Cutting-edge digital technologies and shop floor automation have transformed the logistics industry in recent years, making careers in the industry accessible to people of all backgrounds and abilities.
However, it is the evolution of society’s attitudes towards women in the workplace and changes in the legal framework of Middle Eastern societies that have unleashed their pent-up potential.
“In the MENA region, the past few years have brought unprecedented and transformative changes,” Saran said. “In Saudi Arabia today, women hold leadership positions and wield supreme power in business and government.”
Women’s empowerment has been at the top of the Saudi government’s agenda – with the wholehearted support of the private sector. “By maintaining the momentum of these efforts, we can help further accelerate the pace of change,” Saran said.
In fact, while a culture of diversity and inclusion is critical to recruiting and retaining women, Saran believes it is just as important to create a clear path for them to develop and realize their full potential.
“Increased flexibility, mentoring programs, and leadership training all help ensure that female employees feel valued, engaged and motivated to continue on their leadership path,” he said.
“With this objective in mind, it is important to foster an inclusive, fair and equitable corporate culture and empower Saudi women to succeed in their careers. It is also important for organizations to assess the diversity of their boards and leadership teams.”
In line with Saudi government priorities, Amazon said it has launched its own inclusive leadership training program to help ensure a gender-balanced talent pipeline.
From recruiting and retention to developing leaders, the company said it is working to ensure a diverse and inclusive workplace where women are comfortable and competent in leadership roles.
“Seeing women succeed as leaders provides inspiration and powerful motivation for other female employees,” Saran said. “In turn, these women serve as role models and mentors, developing future female leaders within the organization.”
Amazon is not alone. Many other private sector entities are prioritizing the promotion of women to leadership positions.
Serco Middle East KSA country director Mona Althagafi told Arab News: “Amazon has done a great job and I expect this year we will see similar initiatives from the private sector to support Saudi Arabia’s national transformation journey.”
“As leaders of this country, we have a responsibility to make change.
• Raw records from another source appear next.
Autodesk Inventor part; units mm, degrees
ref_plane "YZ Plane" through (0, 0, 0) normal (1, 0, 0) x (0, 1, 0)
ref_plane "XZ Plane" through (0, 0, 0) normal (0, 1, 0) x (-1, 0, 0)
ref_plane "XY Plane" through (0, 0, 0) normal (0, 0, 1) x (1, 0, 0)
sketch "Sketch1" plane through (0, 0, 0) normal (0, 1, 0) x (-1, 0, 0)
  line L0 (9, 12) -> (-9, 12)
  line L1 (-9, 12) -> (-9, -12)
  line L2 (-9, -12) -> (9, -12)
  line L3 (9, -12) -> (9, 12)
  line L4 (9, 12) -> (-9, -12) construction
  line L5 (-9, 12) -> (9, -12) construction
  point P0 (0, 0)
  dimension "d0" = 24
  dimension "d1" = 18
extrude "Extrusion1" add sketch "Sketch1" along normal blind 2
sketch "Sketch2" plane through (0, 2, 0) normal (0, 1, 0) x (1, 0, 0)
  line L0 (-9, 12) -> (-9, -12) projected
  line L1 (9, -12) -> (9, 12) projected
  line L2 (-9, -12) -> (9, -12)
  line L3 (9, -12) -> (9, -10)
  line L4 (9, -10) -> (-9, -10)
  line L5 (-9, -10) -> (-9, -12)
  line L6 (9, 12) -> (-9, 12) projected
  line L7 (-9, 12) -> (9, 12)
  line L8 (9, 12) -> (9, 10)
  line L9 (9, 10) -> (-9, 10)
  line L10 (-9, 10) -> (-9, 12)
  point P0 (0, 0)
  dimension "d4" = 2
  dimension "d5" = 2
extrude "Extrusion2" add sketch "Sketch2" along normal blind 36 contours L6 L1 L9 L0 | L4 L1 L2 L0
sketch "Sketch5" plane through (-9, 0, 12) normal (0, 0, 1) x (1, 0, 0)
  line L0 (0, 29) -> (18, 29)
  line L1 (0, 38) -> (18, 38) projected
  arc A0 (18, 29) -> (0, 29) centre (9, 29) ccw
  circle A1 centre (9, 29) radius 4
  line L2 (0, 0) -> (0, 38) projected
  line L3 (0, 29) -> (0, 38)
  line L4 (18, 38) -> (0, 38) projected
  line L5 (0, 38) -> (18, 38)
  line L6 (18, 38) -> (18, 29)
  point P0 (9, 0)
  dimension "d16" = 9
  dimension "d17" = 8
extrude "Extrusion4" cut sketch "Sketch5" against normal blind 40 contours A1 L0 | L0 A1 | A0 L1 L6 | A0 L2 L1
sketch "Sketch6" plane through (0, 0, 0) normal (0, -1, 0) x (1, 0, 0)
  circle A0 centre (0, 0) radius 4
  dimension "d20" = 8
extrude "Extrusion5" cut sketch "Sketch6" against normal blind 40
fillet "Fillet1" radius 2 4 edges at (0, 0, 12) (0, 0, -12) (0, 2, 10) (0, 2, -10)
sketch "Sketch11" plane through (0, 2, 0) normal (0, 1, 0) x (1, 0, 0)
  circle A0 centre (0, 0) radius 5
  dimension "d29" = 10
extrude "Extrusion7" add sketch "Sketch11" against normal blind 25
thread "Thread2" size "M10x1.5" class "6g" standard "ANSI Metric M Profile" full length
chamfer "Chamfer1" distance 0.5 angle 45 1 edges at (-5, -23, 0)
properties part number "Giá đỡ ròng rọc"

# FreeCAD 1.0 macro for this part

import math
import FreeCAD as App
import Part
import Sketcher

V = App.Vector


def edges_at(feature, points):
    """Names of the edges that pass closest to the given points."""
    edges = feature.Shape.Edges
    near = lambda p: min(range(len(edges)), key=lambda i: edges[i].distToShape(Part.Vertex(*p))[0])
    return sorted({f"Edge{near(p) + 1}" for p in points})


def add_polygon(sketch, points):
    """Adds a closed chain of lines whose ends are joined by coincident constraints."""
    first, n = sketch.GeometryCount, len(points)
    for a, b in zip(points, points[1:] + points[:1]):
        sketch.addGeometry(Part.LineSegment(App.Vector(*a, 0), App.Vector(*b, 0)), False)
    for i in range(n):
        sketch.addConstraint(Sketcher.Constraint("Coincident", first + i, 2, first + (i + 1) % n, 1))

doc = App.newDocument("Part")
body = doc.addObject("PartDesign::Body", "Body")

sketch1 = body.newObject("Sketcher::SketchObject", "Sketch")
sketch1.AttachmentSupport = (doc.getObject("XZ_Plane"), [""])
sketch1.MapMode = "FlatFace"
add_polygon(sketch1, [(-9, -12), (-9, 12), (9, 12), (9, -12)])
sketch1.addConstraint([
    Sketcher.Constraint("Vertical", 0),
    Sketcher.Constraint("Horizontal", 1),
    Sketcher.Constraint("Vertical", 2),
    Sketcher.Constraint("Horizontal", 3),
    Sketcher.Constraint("Symmetric", 0, 2, 2, 2, -1, 1),
    Sketcher.Constraint("DistanceX", 1, 1, 1, 2, 18.0),
    Sketcher.Constraint("DistanceY", 0, 1, 0, 2, 24.0),
])
pad1 = body.newObject("PartDesign::Pad", "Pad")
pad1.Profile = sketch1
pad1.Length = 2
pad1.Reversed = True

sketch2 = body.newObject("Sketcher::SketchObject", "Sketch001")
sketch2.AttachmentSupport = (doc.getObject("XZ_Plane"), [""])
sketch2.MapMode = "FlatFace"
sketch2.AttachmentOffset = App.Placement(V(0, 0, -2), App.Rotation())
add_polygon(sketch2, [(9, -12), (-9, -12), (-9, -10), (9, -10)])
add_polygon(sketch2, [(9, 10), (-9, 10), (-9, 12), (9, 12)])
sketch2.addConstraint([
    Sketcher.Constraint("Horizontal", 0),
    Sketcher.Constraint("Vertical", 1),
    Sketcher.Constraint("Horizontal", 2),
    Sketcher.Constraint("Vertical", 3),
    Sketcher.Constraint("Horizontal", 4),
    Sketcher.Constraint("Vertical", 5),
    Sketcher.Constraint("Horizontal", 6),
    Sketcher.Constraint("Vertical", 7),
    Sketcher.Constraint("Symmetric", 2, 2, 4, 2, -1, 1),
    Sketcher.Constraint("Symmetric", 0, 2, 6, 2, -1, 1),
    Sketcher.Constraint("Vertical", 1, 2, 4, 2),
    Sketcher.Constraint("DistanceY", 1, 1, 1, 2, 2.0),
    Sketcher.Constraint("DistanceX", 0, 2, 0, 1, 18.0),
    Sketcher.Constraint("DistanceY", 0, 2, -1, 1, 12.0),
])
pad2 = body.newObject("PartDesign::Pad", "Pad001")
pad2.Profile = sketch2
pad2.Length = 36
pad2.Reversed = True

sketch3 = body.newObject("Sketcher::SketchObject", "Sketch002")
sketch3.AttachmentSupport = (doc.getObject("XY_Plane"), [""])
sketch3.MapMode = "FlatFace"
sketch3.AttachmentOffset = App.Placement(V(0, 0, 12), App.Rotation())
sketch3.addGeometry([
    Part.Circle(V(0, 29, 0), V(0, 0, 1), 4),
    Part.ArcOfCircle(Part.Circle(V(0, 29, 0), V(0, 0, 1), 9), math.radians(0), math.radians(90)),
    Part.LineSegment(V(9, 29, 0), V(9, 38, 0)),
    Part.LineSegment(V(9, 38, 0), V(0, 38, 0)),
    Part.ArcOfCircle(Part.Circle(V(0, 29, 0), V(0, 0, 1), 9), math.radians(90), math.radians(180)),
    Part.LineSegment(V(0, 38, 0), V(-9, 38, 0)),
    Part.LineSegment(V(-9, 38, 0), V(-9, 29, 0)),
], False)
sketch3.addConstraint([
    Sketcher.Constraint("Tangent", 1, 1, 2, 1),
    Sketcher.Constraint("Coincident", 2, 2, 3, 1),
    Sketcher.Constraint("Tangent", 3, 2, 1, 2),
    Sketcher.Constraint("Tangent", 4, 1, 5, 1),
    Sketcher.Constraint("Coincident", 5, 2, 6, 1),
    Sketcher.Constraint("Tangent", 6, 2, 4, 2),
    Sketcher.Constraint("Vertical", 2),
    Sketcher.Constraint("Horizontal", 3),
    Sketcher.Constraint("Horizontal", 5),
    Sketcher.Constraint("Vertical", 6),
    Sketcher.Constraint("Coincident", 1, 3, 0, 3),
    Sketcher.Constraint("Coincident", 4, 3, 0, 3),
    Sketcher.Constraint("Equal", 1, 4),
    Sketcher.Constraint("PointOnObject", 0, 3, -2),
    Sketcher.Constraint("Diameter", 0, 8.0),
    Sketcher.Constraint("Radius", 1, 9.0),
    Sketcher.Constraint("DistanceY", -1, 1, 0, 3, 29.0),
])
pocket1 = body.newObject("PartDesign::Pocket", "Pocket")
pocket1.Profile = sketch3
pocket1.Length = 40

sketch4 = body.newObject("Sketcher::SketchObject", "Sketch003")
sketch4.AttachmentSupport = (doc.getObject("XZ_Plane"), [""])
sketch4.MapMode = "FlatFace"
sketch4.addGeometry(Part.Circle(V(0, 0, 0), V(0, 0, 1), 4), False)
sketch4.addConstraint([
    Sketcher.Constraint("Coincident", 0, 3, -1, 1),
    Sketcher.Constraint("Diameter", 0, 8.0),
])
pocket2 = body.newObject("PartDesign::Pocket", "Pocket001")
pocket2.Profile = sketch4
pocket2.Length = 40
doc.recompute()

fillet = body.newObject("PartDesign::Fillet", "Fillet")
fillet.Base = (pocket2, edges_at(pocket2, [
    (0, 0, 12),
    (0, 0, -12),
    (0, 2, 10),
    (0, 2, -10),
]))
fillet.Radius = 2

sketch5 = body.newObject("Sketcher::SketchObject", "Sketch004")
sketch5.AttachmentSupport = (doc.getObject("XZ_Plane"), [""])
sketch5.MapMode = "FlatFace"
sketch5.AttachmentOffset = App.Placement(V(0, 0, -2), App.Rotation())
sketch5.addGeometry(Part.Circle(V(0, 0, 0), V(0, 0, 1), 5), False)
sketch5.addConstraint([
    Sketcher.Constraint("Coincident", 0, 3, -1, 1),
    Sketcher.Constraint("Diameter", 0, 10.0),
])
pad3 = body.newObject("PartDesign::Pad", "Pad002")
pad3.Profile = sketch5
pad3.Length = 25
doc.recompute()

chamfer = body.newObject("PartDesign::Chamfer", "Chamfer")
chamfer.Base = (pad3, edges_at(pad3, [(-5, -23, 0)]))
chamfer.Size = 0.5

doc.recompute()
We cannot sit idly by and hope for gender equality. We need to be the driving force behind it.”
Like Amazon, Serco’s focus on diversity in its own talent acquisition and upskilling processes has boosted the percentage of women on its executive team to 50 percent. Additionally, approximately 30 percent of the extended leadership team is represented by women.
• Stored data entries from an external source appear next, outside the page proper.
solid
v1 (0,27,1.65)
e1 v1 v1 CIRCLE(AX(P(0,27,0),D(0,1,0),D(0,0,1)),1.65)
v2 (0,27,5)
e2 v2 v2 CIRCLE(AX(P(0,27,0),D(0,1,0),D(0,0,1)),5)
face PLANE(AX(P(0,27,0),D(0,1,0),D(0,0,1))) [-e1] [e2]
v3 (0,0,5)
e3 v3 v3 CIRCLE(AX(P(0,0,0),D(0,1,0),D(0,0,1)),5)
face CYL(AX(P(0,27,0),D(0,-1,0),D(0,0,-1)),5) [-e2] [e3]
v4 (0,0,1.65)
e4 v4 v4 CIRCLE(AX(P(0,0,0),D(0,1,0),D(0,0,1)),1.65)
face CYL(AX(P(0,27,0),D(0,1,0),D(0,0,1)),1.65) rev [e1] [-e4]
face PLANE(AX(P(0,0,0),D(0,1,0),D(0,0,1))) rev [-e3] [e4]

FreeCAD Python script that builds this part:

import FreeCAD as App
import Part
import Sketcher

V = App.Vector
Q = App.Units.Quantity

doc = App.newDocument("Part")
params = doc.addObject("Spreadsheet::Sheet", "Params")
for row, (alias, value) in enumerate([
    ("sketch1_diameter", "10 mm"),
    ("pad1_length", "27 mm"),
    ("sketch2_diameter", "3.3 mm"),
    ("hole_diameter", "3.3 mm"),
], start=1):
    params.set(f"A{row}", alias)
    params.set(f"B{row}", "=" + value)
    params.setAlias(f"B{row}", alias)

body = doc.addObject("PartDesign::Body", "Body")

# Sketch on XZ plane
sketch1 = body.newObject("Sketcher::SketchObject", "Sketch")
sketch1.AttachmentSupport = (doc.getObject("XZ_Plane"), [""])
sketch1.MapMode = "FlatFace"
sketch1.addGeometry(Part.Circle(V(0, 0, 0), V(0, 0, 1), 5), False)
sketch1.addConstraint(Sketcher.Constraint("Coincident", 0, 3, -1, 1))
sketch1.addConstraint(Sketcher.Constraint("Diameter", 0, Q("10 mm")))
sketch1.setExpression("Constraints[1]", "Params.sketch1_diameter")
pad1 = body.newObject("PartDesign::Pad", "Pad")
pad1.Profile = sketch1
pad1.setExpression("Length", "Params.pad1_length")
pad1.Reversed = True

# Sketch on XZ plane
sketch2 = body.newObject("Sketcher::SketchObject", "Sketch001")
sketch2.AttachmentSupport = (doc.getObject("XZ_Plane"), [""])
sketch2.MapMode = "FlatFace"
sketch2.AttachmentOffset = App.Placement(V(0, 0, -27), App.Rotation())
sketch2.addGeometry(Part.Circle(V(0, 0, 0), V(0, 0, 1), 1.6), False)
sketch2.addConstraint(Sketcher.Constraint("Coincident", 0, 3, -1, 1))
sketch2.addConstraint(Sketcher.Constraint("Diameter", 0, Q("3.3 mm")))
sketch2.setExpression("Constraints[1]", "Params.sketch2_diameter")
doc.recompute()
hole = body.newObject("PartDesign::Hole", "Hole")
hole.Profile = sketch2
hole.ThreadType = "None"
hole.setExpression("Diameter", "Params.hole_diameter")
hole.DepthType = "ThroughAll"
hole.Reversed = True

doc.recompute()
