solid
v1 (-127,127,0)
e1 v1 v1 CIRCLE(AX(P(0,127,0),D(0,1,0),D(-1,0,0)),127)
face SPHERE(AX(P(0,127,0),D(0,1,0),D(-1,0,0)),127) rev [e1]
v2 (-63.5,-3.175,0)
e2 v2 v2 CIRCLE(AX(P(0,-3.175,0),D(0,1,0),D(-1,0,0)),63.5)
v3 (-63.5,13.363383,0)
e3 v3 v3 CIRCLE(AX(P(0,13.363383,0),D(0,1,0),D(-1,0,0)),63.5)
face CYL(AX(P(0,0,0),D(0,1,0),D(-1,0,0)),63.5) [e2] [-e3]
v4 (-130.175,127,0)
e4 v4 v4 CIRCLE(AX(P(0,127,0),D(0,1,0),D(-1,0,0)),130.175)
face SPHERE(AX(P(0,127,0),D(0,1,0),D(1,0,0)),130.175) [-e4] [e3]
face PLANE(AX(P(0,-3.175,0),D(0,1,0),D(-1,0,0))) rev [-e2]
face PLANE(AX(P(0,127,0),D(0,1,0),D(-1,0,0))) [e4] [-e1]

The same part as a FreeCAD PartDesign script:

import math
import FreeCAD as App
import Part
import Sketcher
Q = App.Units.Quantity

doc = App.newDocument("Part")
body = doc.addObject("PartDesign::Body", "Body")

sketch1 = body.newObject("Sketcher::SketchObject", "Sketch")
sketch1.AttachmentSupport = (doc.getObject("XY_Plane"), [""])
sketch1.MapMode = "FlatFace"
sketch1.addGeometry([
    Part.LineSegment(App.Vector(0, 0, 0), App.Vector(0, -3.2, 0)),
    Part.LineSegment(App.Vector(0, -3.2, 0), App.Vector(63.5, -3.2, 0)),
    Part.LineSegment(App.Vector(63.5, -3.2, 0), App.Vector(63.5, 13.4, 0)),
    Part.ArcOfCircle(Part.Circle(App.Vector(0, 127, 0), App.Vector(0, 0, 1), 130.2), math.radians(-61), math.radians(0)),
    Part.LineSegment(App.Vector(130.2, 127, 0), App.Vector(127, 127, 0)),
    Part.ArcOfCircle(Part.Circle(App.Vector(0, 127, 0), App.Vector(0, 0, 1), 127), math.radians(-90), math.radians(0)),
], False)
sketch1.addConstraint([
    Sketcher.Constraint("Coincident", 0, 2, 1, 1),
    Sketcher.Constraint("Coincident", 1, 2, 2, 1),
    Sketcher.Constraint("Coincident", 2, 2, 3, 1),
    Sketcher.Constraint("Coincident", 3, 2, 4, 1),
    Sketcher.Constraint("Coincident", 4, 2, 5, 2),
    Sketcher.Constraint("Coincident", 5, 1, 0, 1),
    Sketcher.Constraint("Vertical", 0),
    Sketcher.Constraint("Horizontal", 1),
    Sketcher.Constraint("Vertical", 2),
    Sketcher.Constraint("Horizontal", 4),
    Sketcher.Constraint("Coincident", 5, 1, -1, 1),
    Sketcher.Constraint("Coincident", 5, 3, 3, 3),
    Sketcher.Constraint("PointOnObject", 3, 3, -2),
    Sketcher.Constraint("Horizontal", 5, 3, 3, 2),
    Sketcher.Constraint("Equal", 4, 0),
    Sketcher.Constraint("Radius", 5, Q("5 in")),
    Sketcher.Constraint("DistanceX", 1, 1, 1, 2, Q("2.5 in")),
    Sketcher.Constraint("Radius", 3, Q("5.125 in")),
])
revolution = body.newObject("PartDesign::Revolution", "Revolution")
revolution.Profile = sketch1
revolution.ReferenceAxis = (sketch1, ["V_Axis"])
revolution.Angle = 360

doc.recompute()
“In 2020, we have no representation of women in senior operational roles and have decided to change that,” Althagafi said.
These incentives appear to be working. According to a recent survey by Gartner, the global supply chain workforce will have the highest percentage of women in 2021 over the past five years.
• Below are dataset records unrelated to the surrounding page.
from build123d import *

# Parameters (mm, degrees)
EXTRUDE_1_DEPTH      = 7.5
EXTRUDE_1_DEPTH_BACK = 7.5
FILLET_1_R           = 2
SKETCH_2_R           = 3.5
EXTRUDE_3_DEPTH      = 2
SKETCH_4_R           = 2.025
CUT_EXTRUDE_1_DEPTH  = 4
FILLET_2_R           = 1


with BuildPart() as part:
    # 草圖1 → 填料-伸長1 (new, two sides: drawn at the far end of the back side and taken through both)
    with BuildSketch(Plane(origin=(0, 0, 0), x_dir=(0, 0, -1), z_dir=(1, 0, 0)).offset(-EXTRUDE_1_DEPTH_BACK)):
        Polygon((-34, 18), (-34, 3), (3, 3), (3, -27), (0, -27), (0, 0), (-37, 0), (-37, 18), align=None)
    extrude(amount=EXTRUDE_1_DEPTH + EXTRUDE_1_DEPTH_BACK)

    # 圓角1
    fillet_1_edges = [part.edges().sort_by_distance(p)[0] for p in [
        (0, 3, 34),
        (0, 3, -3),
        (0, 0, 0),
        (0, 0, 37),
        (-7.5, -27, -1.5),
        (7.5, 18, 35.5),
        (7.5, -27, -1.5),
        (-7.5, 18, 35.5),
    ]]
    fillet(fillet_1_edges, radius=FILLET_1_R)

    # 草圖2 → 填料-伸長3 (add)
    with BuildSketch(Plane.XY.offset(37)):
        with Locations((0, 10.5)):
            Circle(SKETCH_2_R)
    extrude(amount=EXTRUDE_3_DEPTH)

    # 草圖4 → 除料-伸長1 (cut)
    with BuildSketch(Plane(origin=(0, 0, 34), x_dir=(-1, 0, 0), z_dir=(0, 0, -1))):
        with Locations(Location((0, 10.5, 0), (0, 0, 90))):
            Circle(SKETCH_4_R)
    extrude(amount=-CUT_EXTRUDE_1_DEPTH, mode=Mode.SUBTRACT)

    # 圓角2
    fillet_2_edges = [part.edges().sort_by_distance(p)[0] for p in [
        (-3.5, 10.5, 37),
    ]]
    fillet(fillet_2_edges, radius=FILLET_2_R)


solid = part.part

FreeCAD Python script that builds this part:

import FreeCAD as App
import Part
import Sketcher
from FreeCAD import Vector


def edges_at(feature, points):
    """Names of the edges that pass closest to the given points."""
    edges = feature.Shape.Edges
    near = lambda p: min(range(len(edges)), key=lambda i: edges[i].distToShape(Part.Vertex(*p))[0])
    return sorted({f"Edge{near(p) + 1}" for p in points})

doc = App.newDocument("Part")
body = doc.addObject("PartDesign::Body", "Body")

# Sketch on YZ plane
sketch1 = body.newObject("Sketcher::SketchObject", "Sketch")
sketch1.AttachmentSupport = (doc.getObject("YZ_Plane"), [""])
sketch1.MapMode = "FlatFace"
sketch1.addGeometry([
    Part.LineSegment(Vector(3, 34, 0), Vector(18, 34, 0)),  # 0
    Part.LineSegment(Vector(18, 34, 0), Vector(18, 37, 0)),  # 1
    Part.LineSegment(Vector(18, 37, 0), Vector(0, 37, 0)),  # 2
    Part.LineSegment(Vector(0, 37, 0), Vector(0, 0, 0)),  # 3
    Part.LineSegment(Vector(0, 0, 0), Vector(-27, 0, 0)),  # 4
    Part.LineSegment(Vector(-27, 0, 0), Vector(-27, -3, 0)),  # 5
    Part.LineSegment(Vector(-27, -3, 0), Vector(3, -3, 0)),  # 6
    Part.LineSegment(Vector(3, -3, 0), Vector(3, 34, 0)),  # 7
], False)
sketch1.addConstraint([
    Sketcher.Constraint("Coincident", 0, 2, 1, 1),
    Sketcher.Constraint("Coincident", 1, 2, 2, 1),
    Sketcher.Constraint("Coincident", 2, 2, 3, 1),
    Sketcher.Constraint("Coincident", 3, 2, 4, 1),
    Sketcher.Constraint("Coincident", 4, 2, 5, 1),
    Sketcher.Constraint("Coincident", 5, 2, 6, 1),
    Sketcher.Constraint("Coincident", 6, 2, 7, 1),
    Sketcher.Constraint("Coincident", 7, 2, 0, 1),
    Sketcher.Constraint("Horizontal", 0),
    Sketcher.Constraint("Vertical", 1),
    Sketcher.Constraint("Horizontal", 2),
    Sketcher.Constraint("Vertical", 3),
    Sketcher.Constraint("Horizontal", 4),
    Sketcher.Constraint("Vertical", 5),
    Sketcher.Constraint("Horizontal", 6),
    Sketcher.Constraint("Vertical", 7),
    Sketcher.Constraint("Coincident", 3, 2, -1, 1),
    Sketcher.Constraint("Equal", 1, 5),
    Sketcher.Constraint("DistanceX", 0, 1, 0, 2, 15.0),
    Sketcher.Constraint("DistanceX", 2, 2, 2, 1, 18.0),
    Sketcher.Constraint("DistanceX", 4, 2, 4, 1, 27.0),
    Sketcher.Constraint("DistanceY", 1, 1, 1, 2, 3.0),
    Sketcher.Constraint("DistanceY", 3, 2, 3, 1, 37.0),
])
pad1 = body.newObject("PartDesign::Pad", "Pad")
pad1.Profile = sketch1
pad1.Type = "TwoLengths"
pad1.Length = 7.5
pad1.Length2 = 7.5
doc.recompute()

fillet = body.newObject("PartDesign::Fillet", "Fillet")
fillet.Base = (pad1, edges_at(pad1, [
    (0, 3, 34),
    (0, 3, -3),
    (0, 0, 0),
    (0, 0, 37),
    (-7.5, -27, -1.5),
    (7.5, 18, 35.5),
    (7.5, -27, -1.5),
    (-7.5, 18, 35.5),
]))
fillet.Radius = 2

# Sketch on XY plane
sketch2 = body.newObject("Sketcher::SketchObject", "Sketch001")
sketch2.AttachmentSupport = (doc.getObject("XY_Plane"), [""])
sketch2.MapMode = "FlatFace"
sketch2.AttachmentOffset = App.Placement(Vector(0, 0, 37), App.Rotation())
sketch2.addGeometry(Part.Circle(Vector(0, 10.5, 0), Vector(0, 0, 1), 3.5), False)
sketch2.addConstraint([
    Sketcher.Constraint("PointOnObject", 0, 3, -2),
    Sketcher.Constraint("Diameter", 0, 7.0),
    Sketcher.Constraint("DistanceY", -1, 1, 0, 3, 10.5),
])
pad2 = body.newObject("PartDesign::Pad", "Pad001")
pad2.Profile = sketch2
pad2.Length = 2

# Sketch on XY plane
sketch3 = body.newObject("Sketcher::SketchObject", "Sketch002")
sketch3.AttachmentSupport = (doc.getObject("XY_Plane"), [""])
sketch3.MapMode = "FlatFace"
sketch3.AttachmentOffset = App.Placement(Vector(0, 0, 34), App.Rotation())
sketch3.addGeometry(Part.Circle(Vector(0, 10.5, 0), Vector(0, 0, 1), 2), False)
sketch3.addConstraint([
    Sketcher.Constraint("PointOnObject", 0, 3, -2),
    Sketcher.Constraint("Diameter", 0, 4.05),
    Sketcher.Constraint("DistanceY", -1, 1, 0, 3, 10.5),
])
pocket1 = body.newObject("PartDesign::Pocket", "Pocket")
pocket1.Profile = sketch3
pocket1.Length = 4
pocket1.Reversed = True
doc.recompute()

fillet2 = body.newObject("PartDesign::Fillet", "Fillet001")
fillet2.Base = (pocket1, edges_at(pocket1, [(-3.5, 10.5, 37)]))
fillet2.Radius = 1

doc.recompute()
These rising trends point to a bright future for the Saudi e-commerce logistics industry and the working lives of Saudi women.
“Amazon’s ambition to be the ideal workplace reinforces our determination to create the best work environment for women,” Saran said.
“Our commitment to diversity, equity and inclusion resonates across the organization, and we will continue to seek new ways to empower our female workforce in Saudi Arabia and globally.”
For Amazon recruit Al-Enezi, anything is possible.
“We are delighted to have the opportunity to break down barriers for Saudi women, which represents an important step towards gender equality in the industry,” she said.
“The pace of change has been remarkable, and it’s encouraging to be involved.”